As noted in Texas Professional Ethics Opinion No. 468, supra, the principal purposes of the limitations on a lawyer's acting as both witness and advocate in the same proceeding are (1) to ensure that a client's case is not compromised by being represented by a lawyer who could be a more effective witness for the client by not also serving as an advocate, (2) to ensure that the client is not burdened by counsel who may have to offer testimony that is substantially adverse to the client's cause, (3) to avoid confusion for the finder of fact, and (4) to avoid possible prejudice to the opposing party that can arise when one person plays the dual roles of advocate and witness. These purposes all relate principally to testimony and advocacy before the same tribunal.
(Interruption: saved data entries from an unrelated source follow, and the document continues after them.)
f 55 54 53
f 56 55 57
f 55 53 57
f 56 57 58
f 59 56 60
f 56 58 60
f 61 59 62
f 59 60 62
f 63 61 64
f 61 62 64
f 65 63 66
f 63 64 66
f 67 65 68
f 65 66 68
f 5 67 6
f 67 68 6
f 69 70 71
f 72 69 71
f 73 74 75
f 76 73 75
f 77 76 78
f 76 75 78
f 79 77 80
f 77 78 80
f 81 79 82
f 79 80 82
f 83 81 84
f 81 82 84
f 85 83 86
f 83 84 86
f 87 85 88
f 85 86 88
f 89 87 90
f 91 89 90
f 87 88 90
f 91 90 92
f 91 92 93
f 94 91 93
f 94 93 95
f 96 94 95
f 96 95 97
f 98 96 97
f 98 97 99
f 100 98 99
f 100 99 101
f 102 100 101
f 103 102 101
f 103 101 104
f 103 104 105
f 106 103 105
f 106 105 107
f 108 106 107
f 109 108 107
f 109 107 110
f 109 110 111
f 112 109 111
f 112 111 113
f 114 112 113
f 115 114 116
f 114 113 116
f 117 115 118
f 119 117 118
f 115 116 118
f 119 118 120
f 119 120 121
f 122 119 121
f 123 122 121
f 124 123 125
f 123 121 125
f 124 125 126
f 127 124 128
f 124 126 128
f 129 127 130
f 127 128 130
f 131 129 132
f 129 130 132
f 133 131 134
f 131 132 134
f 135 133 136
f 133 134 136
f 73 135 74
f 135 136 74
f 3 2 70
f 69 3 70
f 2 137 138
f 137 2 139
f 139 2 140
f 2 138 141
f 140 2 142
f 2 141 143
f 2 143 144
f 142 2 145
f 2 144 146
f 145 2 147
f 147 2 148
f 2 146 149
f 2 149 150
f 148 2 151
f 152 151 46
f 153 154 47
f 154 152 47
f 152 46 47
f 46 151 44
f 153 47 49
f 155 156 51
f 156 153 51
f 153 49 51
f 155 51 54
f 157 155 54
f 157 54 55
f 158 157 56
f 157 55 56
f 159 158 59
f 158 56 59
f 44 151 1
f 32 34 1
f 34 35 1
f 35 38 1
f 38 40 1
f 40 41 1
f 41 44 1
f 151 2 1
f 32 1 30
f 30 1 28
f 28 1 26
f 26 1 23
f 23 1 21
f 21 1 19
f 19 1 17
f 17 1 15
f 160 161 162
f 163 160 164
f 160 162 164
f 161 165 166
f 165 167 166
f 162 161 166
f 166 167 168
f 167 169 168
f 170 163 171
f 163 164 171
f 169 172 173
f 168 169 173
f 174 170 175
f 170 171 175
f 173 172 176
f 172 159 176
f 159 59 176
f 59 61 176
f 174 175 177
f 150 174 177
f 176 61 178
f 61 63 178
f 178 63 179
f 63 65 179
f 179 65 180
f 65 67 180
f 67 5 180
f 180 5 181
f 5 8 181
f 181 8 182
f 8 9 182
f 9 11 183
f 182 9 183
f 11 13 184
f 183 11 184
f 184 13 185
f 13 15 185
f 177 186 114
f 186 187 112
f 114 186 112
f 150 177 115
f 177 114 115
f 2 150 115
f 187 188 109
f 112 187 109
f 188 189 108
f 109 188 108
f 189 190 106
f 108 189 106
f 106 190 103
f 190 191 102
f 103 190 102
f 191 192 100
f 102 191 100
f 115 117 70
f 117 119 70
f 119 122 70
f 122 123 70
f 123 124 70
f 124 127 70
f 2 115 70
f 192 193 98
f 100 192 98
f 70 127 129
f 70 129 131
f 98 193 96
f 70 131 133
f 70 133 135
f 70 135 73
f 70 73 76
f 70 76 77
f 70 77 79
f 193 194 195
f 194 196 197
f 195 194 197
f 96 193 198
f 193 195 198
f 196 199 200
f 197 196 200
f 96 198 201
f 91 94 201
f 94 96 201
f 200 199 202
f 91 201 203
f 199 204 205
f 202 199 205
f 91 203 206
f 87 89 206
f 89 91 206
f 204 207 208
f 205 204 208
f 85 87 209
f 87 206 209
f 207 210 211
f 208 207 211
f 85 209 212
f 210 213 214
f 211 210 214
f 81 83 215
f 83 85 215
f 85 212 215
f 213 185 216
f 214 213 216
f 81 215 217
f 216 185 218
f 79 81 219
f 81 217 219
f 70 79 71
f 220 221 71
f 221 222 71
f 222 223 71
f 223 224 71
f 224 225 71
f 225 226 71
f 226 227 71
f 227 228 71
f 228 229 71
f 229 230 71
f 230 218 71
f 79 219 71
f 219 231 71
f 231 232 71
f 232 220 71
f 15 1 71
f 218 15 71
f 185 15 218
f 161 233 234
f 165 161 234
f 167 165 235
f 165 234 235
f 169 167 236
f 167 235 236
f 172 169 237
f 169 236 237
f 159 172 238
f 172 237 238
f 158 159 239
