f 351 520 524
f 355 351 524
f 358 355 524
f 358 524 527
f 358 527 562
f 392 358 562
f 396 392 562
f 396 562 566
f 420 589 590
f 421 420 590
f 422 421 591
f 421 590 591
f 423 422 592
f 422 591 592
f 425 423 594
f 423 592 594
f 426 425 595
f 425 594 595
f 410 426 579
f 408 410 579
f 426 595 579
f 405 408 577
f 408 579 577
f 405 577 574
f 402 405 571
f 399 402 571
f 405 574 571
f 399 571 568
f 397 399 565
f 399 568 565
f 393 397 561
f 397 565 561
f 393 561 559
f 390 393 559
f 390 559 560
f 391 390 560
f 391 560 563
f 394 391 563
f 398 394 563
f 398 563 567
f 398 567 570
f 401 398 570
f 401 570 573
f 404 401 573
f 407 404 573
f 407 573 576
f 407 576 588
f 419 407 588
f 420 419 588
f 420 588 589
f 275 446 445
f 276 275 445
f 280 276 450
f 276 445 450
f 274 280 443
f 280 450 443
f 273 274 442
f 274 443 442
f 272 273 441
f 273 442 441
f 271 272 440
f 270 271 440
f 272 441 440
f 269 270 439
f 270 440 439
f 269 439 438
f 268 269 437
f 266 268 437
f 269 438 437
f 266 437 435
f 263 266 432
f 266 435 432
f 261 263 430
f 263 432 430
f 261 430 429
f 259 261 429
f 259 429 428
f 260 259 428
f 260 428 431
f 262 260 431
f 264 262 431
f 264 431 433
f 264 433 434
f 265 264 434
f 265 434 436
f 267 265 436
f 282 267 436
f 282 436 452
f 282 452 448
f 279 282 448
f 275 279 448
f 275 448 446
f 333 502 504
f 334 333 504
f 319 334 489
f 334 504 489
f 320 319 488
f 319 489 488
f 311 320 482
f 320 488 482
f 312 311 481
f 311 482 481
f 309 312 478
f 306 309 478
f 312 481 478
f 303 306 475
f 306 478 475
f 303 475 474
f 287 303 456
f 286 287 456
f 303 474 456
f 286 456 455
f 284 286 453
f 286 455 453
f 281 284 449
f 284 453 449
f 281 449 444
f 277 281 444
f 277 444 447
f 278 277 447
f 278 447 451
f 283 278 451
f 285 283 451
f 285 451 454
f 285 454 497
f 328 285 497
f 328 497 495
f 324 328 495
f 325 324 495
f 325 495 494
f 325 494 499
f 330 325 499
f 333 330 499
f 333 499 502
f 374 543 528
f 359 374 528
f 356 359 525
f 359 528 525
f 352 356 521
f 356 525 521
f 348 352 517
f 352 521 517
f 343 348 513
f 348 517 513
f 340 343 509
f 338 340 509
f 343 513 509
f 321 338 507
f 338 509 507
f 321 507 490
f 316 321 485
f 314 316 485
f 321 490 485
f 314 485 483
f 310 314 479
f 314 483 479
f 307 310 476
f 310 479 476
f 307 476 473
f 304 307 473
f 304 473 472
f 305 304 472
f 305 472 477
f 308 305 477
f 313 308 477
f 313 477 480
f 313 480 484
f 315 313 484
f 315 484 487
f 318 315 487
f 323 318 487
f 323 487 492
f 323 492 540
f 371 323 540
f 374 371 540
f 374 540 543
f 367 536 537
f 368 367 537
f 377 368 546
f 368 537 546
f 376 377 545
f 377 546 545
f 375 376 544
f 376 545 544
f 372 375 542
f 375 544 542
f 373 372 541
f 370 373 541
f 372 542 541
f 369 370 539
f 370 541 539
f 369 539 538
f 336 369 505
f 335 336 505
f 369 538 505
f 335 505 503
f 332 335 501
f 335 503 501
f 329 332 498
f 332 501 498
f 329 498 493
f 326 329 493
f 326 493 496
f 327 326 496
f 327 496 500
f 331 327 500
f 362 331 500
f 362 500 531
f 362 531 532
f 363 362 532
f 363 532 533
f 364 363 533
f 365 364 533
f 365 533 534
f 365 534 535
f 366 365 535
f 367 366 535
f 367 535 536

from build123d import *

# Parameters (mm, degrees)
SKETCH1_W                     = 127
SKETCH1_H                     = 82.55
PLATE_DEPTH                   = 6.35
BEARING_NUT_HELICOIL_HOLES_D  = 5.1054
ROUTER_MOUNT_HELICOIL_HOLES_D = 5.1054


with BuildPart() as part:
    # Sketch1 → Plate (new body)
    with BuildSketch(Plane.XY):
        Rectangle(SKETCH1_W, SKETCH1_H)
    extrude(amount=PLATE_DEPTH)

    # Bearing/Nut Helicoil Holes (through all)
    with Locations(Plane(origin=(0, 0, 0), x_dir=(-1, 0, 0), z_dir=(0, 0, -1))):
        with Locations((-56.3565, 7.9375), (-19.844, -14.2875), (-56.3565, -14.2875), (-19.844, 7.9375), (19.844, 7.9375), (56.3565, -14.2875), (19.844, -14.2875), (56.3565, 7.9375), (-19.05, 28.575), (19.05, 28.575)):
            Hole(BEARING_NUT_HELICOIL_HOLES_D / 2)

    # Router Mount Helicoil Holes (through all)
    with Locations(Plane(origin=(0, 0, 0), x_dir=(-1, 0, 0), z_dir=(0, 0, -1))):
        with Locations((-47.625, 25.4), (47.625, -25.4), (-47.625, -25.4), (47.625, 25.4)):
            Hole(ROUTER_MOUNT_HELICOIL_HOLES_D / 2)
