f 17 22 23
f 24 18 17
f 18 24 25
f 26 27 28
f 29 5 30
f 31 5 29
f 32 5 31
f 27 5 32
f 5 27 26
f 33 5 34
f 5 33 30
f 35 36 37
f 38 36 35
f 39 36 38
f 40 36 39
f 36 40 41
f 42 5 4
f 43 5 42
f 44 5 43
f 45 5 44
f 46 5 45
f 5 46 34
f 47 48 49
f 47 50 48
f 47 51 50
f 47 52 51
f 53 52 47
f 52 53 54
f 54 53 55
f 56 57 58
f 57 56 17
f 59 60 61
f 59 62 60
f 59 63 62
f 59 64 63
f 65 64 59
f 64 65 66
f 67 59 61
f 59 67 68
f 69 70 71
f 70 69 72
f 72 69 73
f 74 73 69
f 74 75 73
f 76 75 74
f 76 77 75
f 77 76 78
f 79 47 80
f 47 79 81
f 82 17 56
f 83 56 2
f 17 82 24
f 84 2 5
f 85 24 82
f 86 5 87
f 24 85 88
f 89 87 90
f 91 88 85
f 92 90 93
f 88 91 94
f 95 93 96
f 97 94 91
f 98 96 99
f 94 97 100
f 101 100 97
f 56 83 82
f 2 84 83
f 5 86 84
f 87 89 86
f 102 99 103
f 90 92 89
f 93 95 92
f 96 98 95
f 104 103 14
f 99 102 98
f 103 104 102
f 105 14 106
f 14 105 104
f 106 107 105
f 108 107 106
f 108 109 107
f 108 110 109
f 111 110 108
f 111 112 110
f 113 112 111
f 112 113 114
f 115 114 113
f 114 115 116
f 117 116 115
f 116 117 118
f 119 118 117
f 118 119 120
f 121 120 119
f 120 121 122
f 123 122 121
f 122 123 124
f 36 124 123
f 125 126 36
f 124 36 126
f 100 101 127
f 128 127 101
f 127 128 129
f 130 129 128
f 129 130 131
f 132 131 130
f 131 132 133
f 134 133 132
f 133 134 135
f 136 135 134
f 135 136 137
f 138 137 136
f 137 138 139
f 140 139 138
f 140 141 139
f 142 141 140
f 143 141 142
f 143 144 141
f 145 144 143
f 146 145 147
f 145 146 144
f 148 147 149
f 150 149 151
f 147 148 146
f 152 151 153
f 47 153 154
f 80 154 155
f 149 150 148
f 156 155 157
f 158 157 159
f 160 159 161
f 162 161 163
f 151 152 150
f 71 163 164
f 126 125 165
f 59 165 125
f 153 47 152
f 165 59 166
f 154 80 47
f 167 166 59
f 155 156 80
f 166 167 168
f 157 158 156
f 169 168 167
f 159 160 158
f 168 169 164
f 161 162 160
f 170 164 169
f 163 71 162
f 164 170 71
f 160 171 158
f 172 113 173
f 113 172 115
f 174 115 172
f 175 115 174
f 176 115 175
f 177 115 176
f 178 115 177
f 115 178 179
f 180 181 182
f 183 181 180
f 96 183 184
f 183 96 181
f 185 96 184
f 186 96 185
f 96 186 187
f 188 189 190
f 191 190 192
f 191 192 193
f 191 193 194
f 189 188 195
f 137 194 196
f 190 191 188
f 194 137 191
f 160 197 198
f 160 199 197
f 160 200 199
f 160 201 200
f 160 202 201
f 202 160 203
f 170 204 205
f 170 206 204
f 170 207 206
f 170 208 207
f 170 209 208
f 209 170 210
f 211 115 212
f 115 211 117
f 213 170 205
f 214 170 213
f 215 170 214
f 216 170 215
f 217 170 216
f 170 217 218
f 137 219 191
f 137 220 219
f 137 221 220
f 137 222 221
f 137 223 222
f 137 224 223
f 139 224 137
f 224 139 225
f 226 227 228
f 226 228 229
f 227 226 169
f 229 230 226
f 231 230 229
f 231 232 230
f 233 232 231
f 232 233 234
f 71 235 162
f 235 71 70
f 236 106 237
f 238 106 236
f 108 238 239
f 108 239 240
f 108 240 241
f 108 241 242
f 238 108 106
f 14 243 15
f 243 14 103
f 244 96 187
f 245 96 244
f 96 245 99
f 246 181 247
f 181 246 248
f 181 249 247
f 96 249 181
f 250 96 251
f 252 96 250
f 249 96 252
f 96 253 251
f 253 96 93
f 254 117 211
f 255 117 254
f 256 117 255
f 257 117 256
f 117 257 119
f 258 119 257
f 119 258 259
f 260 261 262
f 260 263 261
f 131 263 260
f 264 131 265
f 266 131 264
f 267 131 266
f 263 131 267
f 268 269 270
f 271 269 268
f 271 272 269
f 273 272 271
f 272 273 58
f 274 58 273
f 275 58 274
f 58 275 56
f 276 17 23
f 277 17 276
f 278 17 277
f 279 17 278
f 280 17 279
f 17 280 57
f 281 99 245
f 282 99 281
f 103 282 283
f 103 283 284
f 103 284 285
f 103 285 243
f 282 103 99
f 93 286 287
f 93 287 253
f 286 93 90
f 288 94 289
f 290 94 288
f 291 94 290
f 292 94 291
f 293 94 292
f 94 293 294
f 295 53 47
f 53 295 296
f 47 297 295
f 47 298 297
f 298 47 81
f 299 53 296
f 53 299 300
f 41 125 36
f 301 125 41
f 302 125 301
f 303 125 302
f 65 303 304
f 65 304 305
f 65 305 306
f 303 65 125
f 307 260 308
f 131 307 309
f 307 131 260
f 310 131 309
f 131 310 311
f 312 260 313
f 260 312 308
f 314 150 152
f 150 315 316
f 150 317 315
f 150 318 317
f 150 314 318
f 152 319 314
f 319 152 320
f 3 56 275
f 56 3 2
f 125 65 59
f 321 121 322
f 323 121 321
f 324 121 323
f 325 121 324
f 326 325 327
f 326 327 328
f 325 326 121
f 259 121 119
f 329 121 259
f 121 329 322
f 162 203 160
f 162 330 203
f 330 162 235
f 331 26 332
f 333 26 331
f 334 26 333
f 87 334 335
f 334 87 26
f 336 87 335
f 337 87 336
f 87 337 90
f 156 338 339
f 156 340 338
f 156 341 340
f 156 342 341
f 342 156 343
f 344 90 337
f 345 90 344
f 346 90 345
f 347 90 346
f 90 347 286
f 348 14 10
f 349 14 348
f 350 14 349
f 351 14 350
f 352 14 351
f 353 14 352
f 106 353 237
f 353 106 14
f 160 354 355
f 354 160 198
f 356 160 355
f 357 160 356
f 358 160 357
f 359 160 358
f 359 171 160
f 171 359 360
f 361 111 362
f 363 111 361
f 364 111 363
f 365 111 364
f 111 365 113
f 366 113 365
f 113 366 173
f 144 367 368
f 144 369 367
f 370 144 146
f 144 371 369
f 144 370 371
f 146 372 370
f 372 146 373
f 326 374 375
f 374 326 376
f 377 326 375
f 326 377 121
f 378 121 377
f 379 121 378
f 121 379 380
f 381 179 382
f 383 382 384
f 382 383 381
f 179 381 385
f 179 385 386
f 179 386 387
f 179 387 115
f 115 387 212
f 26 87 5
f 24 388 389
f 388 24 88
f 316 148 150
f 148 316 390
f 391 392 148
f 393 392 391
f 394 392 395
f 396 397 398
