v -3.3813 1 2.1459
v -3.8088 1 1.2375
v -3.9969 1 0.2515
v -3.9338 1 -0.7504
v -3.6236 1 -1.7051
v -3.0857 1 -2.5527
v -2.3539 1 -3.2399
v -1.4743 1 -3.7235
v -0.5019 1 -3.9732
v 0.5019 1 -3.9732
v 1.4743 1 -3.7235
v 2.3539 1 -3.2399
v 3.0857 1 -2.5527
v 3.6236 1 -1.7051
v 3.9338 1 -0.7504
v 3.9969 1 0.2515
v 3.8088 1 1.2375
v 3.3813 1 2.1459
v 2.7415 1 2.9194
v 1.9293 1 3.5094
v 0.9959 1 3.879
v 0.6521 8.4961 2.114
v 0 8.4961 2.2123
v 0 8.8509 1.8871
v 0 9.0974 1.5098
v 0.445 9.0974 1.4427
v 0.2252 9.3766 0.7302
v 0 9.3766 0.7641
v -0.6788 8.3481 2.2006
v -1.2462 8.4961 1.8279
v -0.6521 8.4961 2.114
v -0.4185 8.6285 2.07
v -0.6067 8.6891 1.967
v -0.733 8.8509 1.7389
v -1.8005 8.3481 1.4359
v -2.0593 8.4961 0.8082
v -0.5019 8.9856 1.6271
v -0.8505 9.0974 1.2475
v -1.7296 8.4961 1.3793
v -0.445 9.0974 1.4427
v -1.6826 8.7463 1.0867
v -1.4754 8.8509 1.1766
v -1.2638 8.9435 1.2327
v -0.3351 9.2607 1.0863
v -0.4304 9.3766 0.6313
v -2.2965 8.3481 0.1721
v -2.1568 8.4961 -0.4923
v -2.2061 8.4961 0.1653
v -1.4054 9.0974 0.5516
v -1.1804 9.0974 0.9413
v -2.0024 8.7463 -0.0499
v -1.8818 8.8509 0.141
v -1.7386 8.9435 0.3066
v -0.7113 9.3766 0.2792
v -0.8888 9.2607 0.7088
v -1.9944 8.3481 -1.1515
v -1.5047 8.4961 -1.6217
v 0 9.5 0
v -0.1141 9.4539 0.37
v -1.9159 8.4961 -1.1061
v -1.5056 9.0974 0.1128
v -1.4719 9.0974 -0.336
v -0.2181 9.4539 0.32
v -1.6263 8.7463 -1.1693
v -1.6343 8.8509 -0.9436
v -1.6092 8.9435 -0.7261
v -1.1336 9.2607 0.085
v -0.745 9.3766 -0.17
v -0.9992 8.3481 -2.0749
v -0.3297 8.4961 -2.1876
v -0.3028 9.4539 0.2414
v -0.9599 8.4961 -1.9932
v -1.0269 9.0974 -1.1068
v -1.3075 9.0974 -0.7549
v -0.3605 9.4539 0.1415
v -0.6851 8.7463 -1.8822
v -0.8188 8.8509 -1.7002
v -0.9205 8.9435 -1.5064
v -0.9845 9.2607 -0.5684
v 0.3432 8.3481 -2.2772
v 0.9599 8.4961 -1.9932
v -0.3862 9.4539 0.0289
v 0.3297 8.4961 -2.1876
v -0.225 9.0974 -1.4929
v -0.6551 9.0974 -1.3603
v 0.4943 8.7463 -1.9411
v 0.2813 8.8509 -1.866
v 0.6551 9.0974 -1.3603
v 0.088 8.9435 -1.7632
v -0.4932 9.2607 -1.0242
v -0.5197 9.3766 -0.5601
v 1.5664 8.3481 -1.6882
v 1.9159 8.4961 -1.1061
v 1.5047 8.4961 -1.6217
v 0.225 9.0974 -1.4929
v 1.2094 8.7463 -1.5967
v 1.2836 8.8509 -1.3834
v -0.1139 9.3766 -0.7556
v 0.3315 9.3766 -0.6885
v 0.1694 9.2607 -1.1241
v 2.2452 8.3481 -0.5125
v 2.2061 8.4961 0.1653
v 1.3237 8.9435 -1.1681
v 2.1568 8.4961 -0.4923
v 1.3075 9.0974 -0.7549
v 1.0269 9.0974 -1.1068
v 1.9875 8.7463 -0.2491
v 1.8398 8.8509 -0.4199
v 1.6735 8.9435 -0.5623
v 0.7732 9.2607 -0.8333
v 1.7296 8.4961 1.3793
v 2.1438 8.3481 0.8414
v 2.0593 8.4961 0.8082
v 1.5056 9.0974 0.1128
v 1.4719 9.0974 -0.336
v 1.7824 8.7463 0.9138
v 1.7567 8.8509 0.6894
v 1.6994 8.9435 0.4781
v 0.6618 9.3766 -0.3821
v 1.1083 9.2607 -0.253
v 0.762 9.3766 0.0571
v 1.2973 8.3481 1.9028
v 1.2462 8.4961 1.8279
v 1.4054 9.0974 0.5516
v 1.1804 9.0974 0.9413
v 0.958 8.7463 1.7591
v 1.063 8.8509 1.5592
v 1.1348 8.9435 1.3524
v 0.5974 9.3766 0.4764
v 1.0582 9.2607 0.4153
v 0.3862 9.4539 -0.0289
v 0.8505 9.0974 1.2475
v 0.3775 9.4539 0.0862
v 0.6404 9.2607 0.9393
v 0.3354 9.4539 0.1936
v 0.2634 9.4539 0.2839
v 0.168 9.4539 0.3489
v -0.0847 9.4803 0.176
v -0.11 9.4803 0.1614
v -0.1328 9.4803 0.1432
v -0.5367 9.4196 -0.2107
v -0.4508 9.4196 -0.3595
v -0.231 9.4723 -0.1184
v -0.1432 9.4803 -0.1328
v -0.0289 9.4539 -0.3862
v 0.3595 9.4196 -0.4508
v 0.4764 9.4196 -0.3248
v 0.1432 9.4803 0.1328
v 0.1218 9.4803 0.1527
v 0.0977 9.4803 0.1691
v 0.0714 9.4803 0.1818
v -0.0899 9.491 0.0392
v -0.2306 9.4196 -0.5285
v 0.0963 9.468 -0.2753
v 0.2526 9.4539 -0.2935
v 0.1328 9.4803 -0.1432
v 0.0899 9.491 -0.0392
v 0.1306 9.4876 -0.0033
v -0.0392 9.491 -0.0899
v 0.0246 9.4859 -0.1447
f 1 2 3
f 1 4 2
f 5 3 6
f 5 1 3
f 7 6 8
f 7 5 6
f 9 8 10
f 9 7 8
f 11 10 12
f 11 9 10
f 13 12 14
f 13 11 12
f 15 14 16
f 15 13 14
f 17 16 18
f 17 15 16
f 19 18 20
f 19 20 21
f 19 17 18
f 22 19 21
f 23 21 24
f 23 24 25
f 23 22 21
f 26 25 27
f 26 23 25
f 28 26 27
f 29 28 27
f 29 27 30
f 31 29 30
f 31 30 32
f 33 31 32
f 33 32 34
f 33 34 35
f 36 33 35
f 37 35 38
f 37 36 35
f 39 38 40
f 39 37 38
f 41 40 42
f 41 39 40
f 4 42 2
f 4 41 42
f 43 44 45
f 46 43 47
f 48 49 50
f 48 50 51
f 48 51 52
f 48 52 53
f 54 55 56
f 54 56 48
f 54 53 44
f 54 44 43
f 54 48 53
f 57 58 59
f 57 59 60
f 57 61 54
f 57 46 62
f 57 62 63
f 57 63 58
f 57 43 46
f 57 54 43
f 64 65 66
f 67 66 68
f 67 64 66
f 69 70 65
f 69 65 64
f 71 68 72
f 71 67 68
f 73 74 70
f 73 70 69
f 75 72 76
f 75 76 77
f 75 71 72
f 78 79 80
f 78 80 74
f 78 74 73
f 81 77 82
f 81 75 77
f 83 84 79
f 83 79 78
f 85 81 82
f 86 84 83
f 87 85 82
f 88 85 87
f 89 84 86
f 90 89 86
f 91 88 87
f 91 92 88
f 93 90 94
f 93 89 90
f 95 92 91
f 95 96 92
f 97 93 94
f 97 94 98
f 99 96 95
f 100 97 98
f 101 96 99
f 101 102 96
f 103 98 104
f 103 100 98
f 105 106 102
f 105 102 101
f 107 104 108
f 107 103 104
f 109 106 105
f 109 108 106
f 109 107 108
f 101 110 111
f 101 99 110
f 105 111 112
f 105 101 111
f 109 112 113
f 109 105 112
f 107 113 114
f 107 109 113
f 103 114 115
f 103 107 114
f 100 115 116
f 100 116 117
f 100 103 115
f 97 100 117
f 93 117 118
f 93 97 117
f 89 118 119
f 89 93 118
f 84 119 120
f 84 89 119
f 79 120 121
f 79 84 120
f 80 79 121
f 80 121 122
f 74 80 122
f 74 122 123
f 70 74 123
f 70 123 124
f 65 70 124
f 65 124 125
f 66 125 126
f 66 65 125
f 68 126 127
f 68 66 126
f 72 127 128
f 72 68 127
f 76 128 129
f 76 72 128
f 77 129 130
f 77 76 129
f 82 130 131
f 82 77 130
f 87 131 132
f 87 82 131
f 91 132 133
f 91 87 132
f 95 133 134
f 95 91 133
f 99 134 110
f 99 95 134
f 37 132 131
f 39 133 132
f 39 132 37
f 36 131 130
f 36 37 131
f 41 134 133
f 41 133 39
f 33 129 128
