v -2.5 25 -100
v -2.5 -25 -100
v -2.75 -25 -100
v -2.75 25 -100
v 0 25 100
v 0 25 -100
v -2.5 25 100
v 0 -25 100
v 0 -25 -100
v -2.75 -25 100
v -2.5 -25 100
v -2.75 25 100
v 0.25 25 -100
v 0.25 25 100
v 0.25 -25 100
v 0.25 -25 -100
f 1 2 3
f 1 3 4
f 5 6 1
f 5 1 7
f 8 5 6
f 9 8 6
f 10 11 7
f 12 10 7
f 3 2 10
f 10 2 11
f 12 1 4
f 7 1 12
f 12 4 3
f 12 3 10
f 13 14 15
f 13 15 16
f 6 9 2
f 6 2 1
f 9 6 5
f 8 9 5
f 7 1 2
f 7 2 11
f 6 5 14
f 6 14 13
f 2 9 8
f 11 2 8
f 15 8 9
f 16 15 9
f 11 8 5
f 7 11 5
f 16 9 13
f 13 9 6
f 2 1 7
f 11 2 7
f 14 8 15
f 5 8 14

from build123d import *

# Parameters (mm, degrees)
SKETCH1_W           = 200
SKETCH1_H           = 50
BOSS_EXTRUDE1_DEPTH = 0.25
SKETCH2_W           = 200
SKETCH2_H           = 50
BOSS_EXTRUDE2_DEPTH = 2.5
SKETCH3_W           = 200
SKETCH3_H           = 50
BOSS_EXTRUDE3_DEPTH = 0.25


with BuildPart() as part:
    # Sketch1 → Boss-Extrude1 (new body)
    with BuildSketch(Plane(origin=(0, 0, 0), x_dir=(0, 0, -1), z_dir=(1, 0, 0))):
        Rectangle(SKETCH1_W, SKETCH1_H)
    extrude(amount=BOSS_EXTRUDE1_DEPTH)


with BuildPart() as body_2:
    # Sketch2 → Boss-Extrude2 (new body)
    with BuildSketch(Plane.ZY):
        Rectangle(SKETCH2_W, SKETCH2_H)
    extrude(amount=BOSS_EXTRUDE2_DEPTH)


with BuildPart() as body_3:
    # Sketch3 → Boss-Extrude3 (new body)
    with BuildSketch(Plane.ZY.offset(2.5)):
        Rectangle(SKETCH3_W, SKETCH3_H)
    extrude(amount=BOSS_EXTRUDE3_DEPTH)


solid = Compound([part.part, body_2.part, body_3.part])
Once an attorney has testified in a trial without violation of Rule 3.08, the participation of the attorney or another lawyer in his firm in appellate proceedings following the trial would not be contrary to any of the primary purposes of the Rule except possibly in the event that an attorney- advocate presented oral argument to an appellate tribunal regarding disputed factual matters as to which the attorney gave essential testimony at trial. In the circumstances that are the subject of this opinion, attorney A will not be arguing before the appellate tribunal and hence there is no possible contravention of any of the primary purposes of Rule 3.08.
Under Rule 3.08, unlike the provisions of the Texas Code of Professional Responsibility (Disciplinary Rules 5-101 and 5-102) that previously governed with respect to attorneys acting as witnesses, any prohibition on an attorney's acting as both advocate and witness applies only to the attorney-witness and not to another lawyer in the law firm provided the client gives informed consent to the representation by the other lawyer. Accordingly, if the client gives informed consent, Rule 3.08 does not operate to make any restrictions applicable to attorney B merely because limitations of Rule 3.08 may apply to attorney A.
With the informed consent of the client, a law firm may represent a client in an appeal from a trial at which an attorney in the law firm, other than the attorney who will argue the appeal before the appellate tribunal, testified as a fact witness on behalf of the client at the trial.